The solution would (probably) require a new query (sub) type, e.g. indicated by SELECT OBJECT, CONSTRUCT OBJECT, CONSTRUCT FRAMED, JSON or something else. For the examples below I took the liberty to introduce the 'SELECT OBJECT' keyword.

Scalars, lists and objects/maps

The abstract data model for results could consist of elements like scalars, lists and objects / maps.

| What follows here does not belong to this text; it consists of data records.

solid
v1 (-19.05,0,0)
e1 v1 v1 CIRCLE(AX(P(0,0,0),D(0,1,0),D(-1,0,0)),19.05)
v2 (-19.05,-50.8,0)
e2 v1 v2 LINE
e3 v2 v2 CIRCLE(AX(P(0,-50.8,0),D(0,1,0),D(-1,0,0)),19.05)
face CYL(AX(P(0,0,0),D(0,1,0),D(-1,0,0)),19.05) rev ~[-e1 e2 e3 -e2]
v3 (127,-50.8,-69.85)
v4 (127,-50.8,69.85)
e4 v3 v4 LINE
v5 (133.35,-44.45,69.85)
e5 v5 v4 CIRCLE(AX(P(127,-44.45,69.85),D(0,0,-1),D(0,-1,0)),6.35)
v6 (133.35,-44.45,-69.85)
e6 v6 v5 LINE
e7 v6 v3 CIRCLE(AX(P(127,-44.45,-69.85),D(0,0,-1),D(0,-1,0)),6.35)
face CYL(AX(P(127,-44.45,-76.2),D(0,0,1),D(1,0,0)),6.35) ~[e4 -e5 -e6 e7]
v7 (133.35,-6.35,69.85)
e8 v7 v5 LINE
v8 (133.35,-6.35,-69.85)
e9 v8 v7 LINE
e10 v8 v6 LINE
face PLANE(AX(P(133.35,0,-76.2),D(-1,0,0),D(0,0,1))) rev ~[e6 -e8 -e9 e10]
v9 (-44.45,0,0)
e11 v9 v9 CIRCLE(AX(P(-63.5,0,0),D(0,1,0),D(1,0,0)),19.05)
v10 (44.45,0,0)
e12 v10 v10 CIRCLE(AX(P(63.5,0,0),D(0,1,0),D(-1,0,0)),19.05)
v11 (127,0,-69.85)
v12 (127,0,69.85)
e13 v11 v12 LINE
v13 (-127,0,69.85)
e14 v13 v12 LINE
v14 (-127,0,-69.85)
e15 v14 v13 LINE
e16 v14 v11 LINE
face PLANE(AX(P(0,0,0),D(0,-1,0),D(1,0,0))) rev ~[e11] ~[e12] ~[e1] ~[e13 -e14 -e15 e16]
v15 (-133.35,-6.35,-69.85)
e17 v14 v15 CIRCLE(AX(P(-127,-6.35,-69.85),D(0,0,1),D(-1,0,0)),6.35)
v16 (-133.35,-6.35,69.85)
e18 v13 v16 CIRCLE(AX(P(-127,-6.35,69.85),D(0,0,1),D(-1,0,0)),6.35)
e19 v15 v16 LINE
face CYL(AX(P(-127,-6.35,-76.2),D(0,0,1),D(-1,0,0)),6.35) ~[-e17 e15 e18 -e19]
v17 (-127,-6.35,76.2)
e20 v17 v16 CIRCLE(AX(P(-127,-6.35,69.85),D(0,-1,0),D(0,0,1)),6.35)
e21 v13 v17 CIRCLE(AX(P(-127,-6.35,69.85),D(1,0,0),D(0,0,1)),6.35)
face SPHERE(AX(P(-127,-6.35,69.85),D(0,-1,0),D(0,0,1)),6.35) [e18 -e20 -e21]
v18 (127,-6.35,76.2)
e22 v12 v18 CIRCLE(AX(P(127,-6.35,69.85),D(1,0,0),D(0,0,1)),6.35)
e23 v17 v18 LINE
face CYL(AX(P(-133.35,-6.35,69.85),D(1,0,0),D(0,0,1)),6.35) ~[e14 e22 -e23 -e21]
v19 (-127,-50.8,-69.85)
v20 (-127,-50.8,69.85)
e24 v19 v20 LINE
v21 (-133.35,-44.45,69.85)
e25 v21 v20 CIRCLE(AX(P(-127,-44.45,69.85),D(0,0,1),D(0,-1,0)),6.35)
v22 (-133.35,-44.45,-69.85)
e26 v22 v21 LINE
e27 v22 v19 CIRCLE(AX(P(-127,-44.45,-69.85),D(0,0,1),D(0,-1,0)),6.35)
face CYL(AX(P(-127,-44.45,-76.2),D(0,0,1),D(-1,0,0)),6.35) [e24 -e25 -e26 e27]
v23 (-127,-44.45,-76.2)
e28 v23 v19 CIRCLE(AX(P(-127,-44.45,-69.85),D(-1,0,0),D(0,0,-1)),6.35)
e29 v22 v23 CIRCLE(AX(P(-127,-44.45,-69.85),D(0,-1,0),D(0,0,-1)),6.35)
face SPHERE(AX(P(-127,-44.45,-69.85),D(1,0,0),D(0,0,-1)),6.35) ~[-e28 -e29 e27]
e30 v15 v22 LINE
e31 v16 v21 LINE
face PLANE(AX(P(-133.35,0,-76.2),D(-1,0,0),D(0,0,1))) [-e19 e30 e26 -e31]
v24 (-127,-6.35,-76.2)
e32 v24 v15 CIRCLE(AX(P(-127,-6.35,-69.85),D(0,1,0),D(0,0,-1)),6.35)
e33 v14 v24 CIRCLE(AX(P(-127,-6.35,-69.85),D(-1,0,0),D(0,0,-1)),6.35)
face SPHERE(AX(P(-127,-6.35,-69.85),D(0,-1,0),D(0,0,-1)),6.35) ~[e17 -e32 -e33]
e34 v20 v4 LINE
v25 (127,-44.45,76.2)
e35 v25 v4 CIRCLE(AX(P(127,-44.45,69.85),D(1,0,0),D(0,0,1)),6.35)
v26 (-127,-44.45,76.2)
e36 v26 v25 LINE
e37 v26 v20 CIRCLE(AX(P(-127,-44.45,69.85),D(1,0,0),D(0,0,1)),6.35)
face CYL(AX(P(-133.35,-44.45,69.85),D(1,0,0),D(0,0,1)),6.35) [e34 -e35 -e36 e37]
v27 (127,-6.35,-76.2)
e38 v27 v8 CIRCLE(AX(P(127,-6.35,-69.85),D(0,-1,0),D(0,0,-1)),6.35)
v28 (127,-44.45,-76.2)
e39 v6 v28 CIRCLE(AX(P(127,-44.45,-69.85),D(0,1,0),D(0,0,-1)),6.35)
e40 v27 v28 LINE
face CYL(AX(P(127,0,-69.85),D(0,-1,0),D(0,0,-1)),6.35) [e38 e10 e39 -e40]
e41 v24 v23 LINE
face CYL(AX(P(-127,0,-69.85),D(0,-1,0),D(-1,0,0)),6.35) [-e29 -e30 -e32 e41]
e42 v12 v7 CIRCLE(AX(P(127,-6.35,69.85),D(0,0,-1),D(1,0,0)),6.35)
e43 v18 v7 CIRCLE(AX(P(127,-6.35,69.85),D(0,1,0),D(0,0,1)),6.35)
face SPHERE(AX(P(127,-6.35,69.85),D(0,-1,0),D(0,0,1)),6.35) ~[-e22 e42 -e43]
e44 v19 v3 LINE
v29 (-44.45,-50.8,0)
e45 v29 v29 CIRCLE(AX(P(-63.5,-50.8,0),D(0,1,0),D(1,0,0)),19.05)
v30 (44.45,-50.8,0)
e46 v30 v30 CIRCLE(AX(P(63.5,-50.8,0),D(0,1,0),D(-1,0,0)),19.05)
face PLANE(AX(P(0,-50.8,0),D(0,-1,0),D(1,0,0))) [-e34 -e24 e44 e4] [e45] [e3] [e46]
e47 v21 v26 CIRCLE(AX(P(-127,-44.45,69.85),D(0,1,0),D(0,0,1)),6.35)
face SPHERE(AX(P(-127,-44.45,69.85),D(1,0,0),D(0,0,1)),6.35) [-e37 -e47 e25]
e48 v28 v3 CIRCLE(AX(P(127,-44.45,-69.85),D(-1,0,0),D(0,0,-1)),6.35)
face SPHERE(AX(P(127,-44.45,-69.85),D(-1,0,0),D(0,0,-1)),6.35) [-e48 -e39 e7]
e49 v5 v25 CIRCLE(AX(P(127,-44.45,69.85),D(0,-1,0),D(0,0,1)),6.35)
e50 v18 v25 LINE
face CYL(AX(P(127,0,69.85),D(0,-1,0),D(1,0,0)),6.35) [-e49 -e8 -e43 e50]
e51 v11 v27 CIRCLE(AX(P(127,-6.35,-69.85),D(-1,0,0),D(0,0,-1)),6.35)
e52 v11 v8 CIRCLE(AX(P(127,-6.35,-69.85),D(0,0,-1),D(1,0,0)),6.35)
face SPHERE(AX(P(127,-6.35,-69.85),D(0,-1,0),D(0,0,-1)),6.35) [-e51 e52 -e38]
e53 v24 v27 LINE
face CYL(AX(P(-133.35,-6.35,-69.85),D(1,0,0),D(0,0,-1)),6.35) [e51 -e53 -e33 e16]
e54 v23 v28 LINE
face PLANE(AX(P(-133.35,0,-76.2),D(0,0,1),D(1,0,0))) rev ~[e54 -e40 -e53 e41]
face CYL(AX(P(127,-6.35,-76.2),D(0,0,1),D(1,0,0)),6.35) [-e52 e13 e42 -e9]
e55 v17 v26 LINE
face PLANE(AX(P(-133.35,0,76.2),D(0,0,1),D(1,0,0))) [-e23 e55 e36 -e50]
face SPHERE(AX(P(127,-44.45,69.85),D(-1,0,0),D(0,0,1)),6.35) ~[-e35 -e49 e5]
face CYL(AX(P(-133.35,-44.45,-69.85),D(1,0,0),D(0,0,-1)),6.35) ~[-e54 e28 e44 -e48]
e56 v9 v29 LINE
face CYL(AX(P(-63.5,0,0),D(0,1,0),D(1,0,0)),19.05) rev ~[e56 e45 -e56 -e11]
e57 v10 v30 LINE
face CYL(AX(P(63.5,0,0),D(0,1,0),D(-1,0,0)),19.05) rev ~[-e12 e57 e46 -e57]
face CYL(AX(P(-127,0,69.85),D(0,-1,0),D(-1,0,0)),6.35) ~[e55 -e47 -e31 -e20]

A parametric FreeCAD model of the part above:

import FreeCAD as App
import Part
import Sketcher

V = App.Vector
Q = App.Units.Quantity

doc = App.newDocument("Part")
params = doc.addObject("Spreadsheet::Sheet", "Params")
for row, (alias, value) in enumerate([
    ("sketch1_height", "6 in"),
    ("sketch1_width", "10.5 in"),
    ("pad1_length", "2 in"),
    ("fillet_radius", "0.25 in"),
    ("sketch2_diameter", "1.5 in"),
    ("pocket1_length", "2.5 in"),
], start=1):
    params.set(f"A{row}", alias)
    params.set(f"B{row}", "=" + value)
    params.setAlias(f"B{row}", alias)

body = doc.addObject("PartDesign::Body", "Body")

# Sketch on XZ plane
sketch1 = body.newObject("Sketcher::SketchObject", "Sketch")
sketch1.AttachmentSupport = (doc.getObject("XZ_Plane"), [""])
sketch1.MapMode = "FlatFace"
sketch1.addGeometry([
    Part.LineSegment(V(-133, 76, 0), V(-133, -76, 0)),
    Part.LineSegment(V(-133, -76, 0), V(133, -76, 0)),
    Part.LineSegment(V(133, -76, 0), V(133, 76, 0)),
    Part.LineSegment(V(133, 76, 0), V(-133, 76, 0)),
], False)
sketch1.addConstraint([
    Sketcher.Constraint("Coincident", 0, 2, 1, 1),
    Sketcher.Constraint("Coincident", 1, 2, 2, 1),
    Sketcher.Constraint("Coincident", 2, 2, 3, 1),
    Sketcher.Constraint("Coincident", 3, 2, 0, 1),
    Sketcher.Constraint("Vertical", 0),
    Sketcher.Constraint("Horizontal", 1),
    Sketcher.Constraint("Vertical", 2),
    Sketcher.Constraint("Horizontal", 3),
    Sketcher.Constraint("Symmetric", 0, 2, 2, 2, -1, 1),
    Sketcher.Constraint("DistanceY", 0, 2, 0, 1, Q("6 in")),
    Sketcher.Constraint("DistanceX", 1, 1, 1, 2, Q("10.5 in")),
])
sketch1.setExpression("Constraints[9]", "Params.sketch1_height")
sketch1.setExpression("Constraints[10]", "Params.sketch1_width")
pad1 = body.newObject("PartDesign::Pad", "Pad")
pad1.Profile = sketch1
pad1.setExpression("Length", "Params.pad1_length")
doc.recompute()

fillet = body.newObject("PartDesign::Fillet", "Fillet")
fillet.Base = (pad1, ["Edge1"])
fillet.UseAllEdges = True
fillet.setExpression("Radius", "Params.fillet_radius")

# Sketch on XZ plane
sketch2 = body.newObject("Sketcher::SketchObject", "Sketch001")
sketch2.AttachmentSupport = (doc.getObject("XZ_Plane"), [""])
sketch2.MapMode = "FlatFace"
sketch2.addGeometry([
    Part.Circle(V(64, 0, 0), V(0, 0, 1), 19),
    Part.Circle(V(0, 0, 0), V(0, 0, 1), 19),
    Part.Circle(V(-64, 0, 0), V(0, 0, 1), 19),
], False)
sketch2.addConstraint([
    Sketcher.Constraint("Coincident", 1, 3, -1, 1),
    Sketcher.Constraint("Equal", 0, 1),
    Sketcher.Constraint("Equal", 1, 2),
    Sketcher.Constraint("Symmetric", 0, 3, 2, 3, -1, 1),
    Sketcher.Constraint("PointOnObject", 0, 3, -1),
    Sketcher.Constraint("Diameter", 0, Q("1.5 in")),
    Sketcher.Constraint("DistanceX", 2, 3, 0, 3, Q("5 in")),
])
sketch2.setExpression("Constraints[5]", "Params.sketch2_diameter")
pocket1 = body.newObject("PartDesign::Pocket", "Pocket")
pocket1.Profile = sketch2
pocket1.setExpression("Length", "Params.pocket1_length")
pocket1.Reversed = True

doc.recompute()
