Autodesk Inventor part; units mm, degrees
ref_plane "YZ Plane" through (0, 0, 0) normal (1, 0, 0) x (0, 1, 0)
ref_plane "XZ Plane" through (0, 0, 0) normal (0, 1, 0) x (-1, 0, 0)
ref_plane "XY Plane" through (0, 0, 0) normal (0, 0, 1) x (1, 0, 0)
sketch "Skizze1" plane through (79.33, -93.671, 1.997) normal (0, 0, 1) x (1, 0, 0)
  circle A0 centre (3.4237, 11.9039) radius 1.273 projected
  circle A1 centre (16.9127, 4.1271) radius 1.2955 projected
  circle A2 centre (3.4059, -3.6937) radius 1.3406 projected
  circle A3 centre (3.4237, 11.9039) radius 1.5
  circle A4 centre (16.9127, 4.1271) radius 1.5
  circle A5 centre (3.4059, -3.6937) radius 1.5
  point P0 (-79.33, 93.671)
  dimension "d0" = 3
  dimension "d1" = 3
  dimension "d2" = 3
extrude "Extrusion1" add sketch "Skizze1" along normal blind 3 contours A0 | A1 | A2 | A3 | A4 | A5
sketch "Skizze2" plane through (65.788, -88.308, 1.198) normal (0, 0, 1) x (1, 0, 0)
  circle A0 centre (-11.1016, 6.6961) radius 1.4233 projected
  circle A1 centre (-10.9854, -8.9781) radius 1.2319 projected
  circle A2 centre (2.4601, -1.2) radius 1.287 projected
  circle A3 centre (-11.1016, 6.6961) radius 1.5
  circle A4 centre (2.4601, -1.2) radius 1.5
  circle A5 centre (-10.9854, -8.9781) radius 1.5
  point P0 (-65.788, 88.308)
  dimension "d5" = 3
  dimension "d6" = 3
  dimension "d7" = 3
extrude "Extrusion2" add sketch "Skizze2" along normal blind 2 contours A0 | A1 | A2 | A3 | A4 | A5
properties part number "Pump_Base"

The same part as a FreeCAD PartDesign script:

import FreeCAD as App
import Part
import Sketcher
from FreeCAD import Vector
Q = App.Units.Quantity

doc = App.newDocument("Part")
params = doc.addObject("Spreadsheet::Sheet", "Params")
for row, (alias, value) in enumerate([
    ("sketch1_diameter", "3 mm"),
    ("pad1_length", "3 mm"),
    ("sketch2_diameter", "3 mm"),
    ("pad2_length", "2 mm"),
], start=1):
    params.set(f"A{row}", alias)
    params.set(f"B{row}", "=" + value)
    params.setAlias(f"B{row}", alias)

body = doc.addObject("PartDesign::Body", "Body")
body.AllowCompound = True

# Sketch on XY plane
sketch1 = body.newObject("Sketcher::SketchObject", "Sketch")
sketch1.AttachmentSupport = (doc.getObject("XY_Plane"), [""])
sketch1.MapMode = "FlatFace"
sketch1.AttachmentOffset = App.Placement(Vector(0, 0, 1.997), App.Rotation())
sketch1.addGeometry(Part.Circle(Vector(82.8, -81.8, 0), Vector(0, 0, 1), 1.5), False)
sketch1.addGeometry(Part.Circle(Vector(96.2, -89.5, 0), Vector(0, 0, 1), 1.5), False)
sketch1.addGeometry(Part.Circle(Vector(82.7, -97.4, 0), Vector(0, 0, 1), 1.5), False)
sketch1.addConstraint(Sketcher.Constraint("Equal", 0, 1))
sketch1.addConstraint(Sketcher.Constraint("Equal", 1, 2))
sketch1.addConstraint(Sketcher.Constraint("Diameter", 0, Q("3 mm")))
sketch1.addConstraint(Sketcher.Constraint("DistanceY", 0, 3, -1, 1, Q("81.767 mm")))
sketch1.addConstraint(Sketcher.Constraint("DistanceY", 1, 3, -1, 1, Q("89.544 mm")))
sketch1.addConstraint(Sketcher.Constraint("DistanceX", -1, 1, 2, 3, Q("82.736 mm")))
sketch1.addConstraint(Sketcher.Constraint("DistanceX", 0, 3, 1, 3, Q("13.489 mm")))
sketch1.addConstraint(Sketcher.Constraint("DistanceX", -1, 1, 0, 3, Q("82.7537 mm")))
sketch1.addConstraint(Sketcher.Constraint("DistanceY", 2, 3, -1, 1, Q("97.3647 mm")))
sketch1.setExpression("Constraints[2]", "Params.sketch1_diameter")
pad1 = body.newObject("PartDesign::Pad", "Pad")
pad1.Profile = sketch1
pad1.setExpression("Length", "Params.pad1_length")

# Sketch on XY plane
sketch2 = body.newObject("Sketcher::SketchObject", "Sketch001")
sketch2.AttachmentSupport = (doc.getObject("XY_Plane"), [""])
sketch2.MapMode = "FlatFace"
sketch2.AttachmentOffset = App.Placement(Vector(0, 0, 1.198), App.Rotation())
sketch2.addGeometry(Part.Circle(Vector(54.7, -81.6, 0), Vector(0, 0, 1), 1.5), False)
sketch2.addGeometry(Part.Circle(Vector(54.8, -97.3, 0), Vector(0, 0, 1), 1.5), False)
sketch2.addGeometry(Part.Circle(Vector(68.2, -89.5, 0), Vector(0, 0, 1), 1.5), False)
sketch2.addConstraint(Sketcher.Constraint("Equal", 0, 1))
sketch2.addConstraint(Sketcher.Constraint("Equal", 1, 2))
sketch2.addConstraint(Sketcher.Constraint("Diameter", 0, Q("3 mm")))
sketch2.addConstraint(Sketcher.Constraint("DistanceY", 0, 3, -1, 1, Q("81.612 mm")))
sketch2.addConstraint(Sketcher.Constraint("DistanceY", 1, 3, -1, 1, Q("97.286 mm")))
sketch2.addConstraint(Sketcher.Constraint("DistanceX", -1, 1, 2, 3, Q("68.248 mm")))
sketch2.addConstraint(Sketcher.Constraint("DistanceY", 2, 3, -1, 1, Q("89.508 mm")))
sketch2.addConstraint(Sketcher.Constraint("DistanceX", -1, 1, 0, 3, Q("54.6864 mm")))
sketch2.addConstraint(Sketcher.Constraint("DistanceX", -1, 1, 1, 3, Q("54.8026 mm")))
sketch2.setExpression("Constraints[2]", "Params.sketch2_diameter")
pad2 = body.newObject("PartDesign::Pad", "Pad001")
pad2.Profile = sketch2
pad2.setExpression("Length", "Params.pad2_length")

doc.recompute()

Scalars could be selected by:

  • an expression, including
    • a literal
    • referencing a variable from the underlying query solution
  • a (lateral) subquery which must yields exactly one solution with one variable

Examples of the syntax:

select object ?o
where { ?s ?p ?o }

select object 42
where { ?s ?p ?o }

select object ( ?o = true )
where { ?s ?p ?o }

select object
  ( select ?title where ?t :title ?title )
where {
  ?t a :Thread
}

Lists could be selected by:

  • a sequence of scalar expressions (literals, variables, etc)
  • (lateral) subqueries that has one variable but yields any number of solutions (one for each element in the list

Examples of the syntax:

select object [ ?s, ?o ]
where { ?s ?p ?o }

select object [ ?s 42 ]
where { ?s ?p ?o }

select object [
  strends( str(?s), "foo" ),
  ?p = :label,
  ?o * 3
]
where { ?s ?p ?o }

select object
  [ select ?title where ?t :title ?title ]
where {
  ?t a :Thread
}

Objects / maps could be selected by scalar and list expressions keyed by strings. Examples of the syntax:

select object {
   "@id": ?s,
   "value": ?o,
   "foo": [
      ?o > 42,
      ?o * 3
    ],
   "bar": strends( str(?s), "foo" ),
   "qux": [
      select ?title where { ?s :title ?title }
    ]
}
where { ?s ?p ?o }

Partitioning / grouping

I must not that I haven't fully figured out what the semantics of the (implicit) partitioning / aggregation should be. I'm not that enthusiastic about solutions that depend on sorting the solutions before grouping / partitioning / aggregation.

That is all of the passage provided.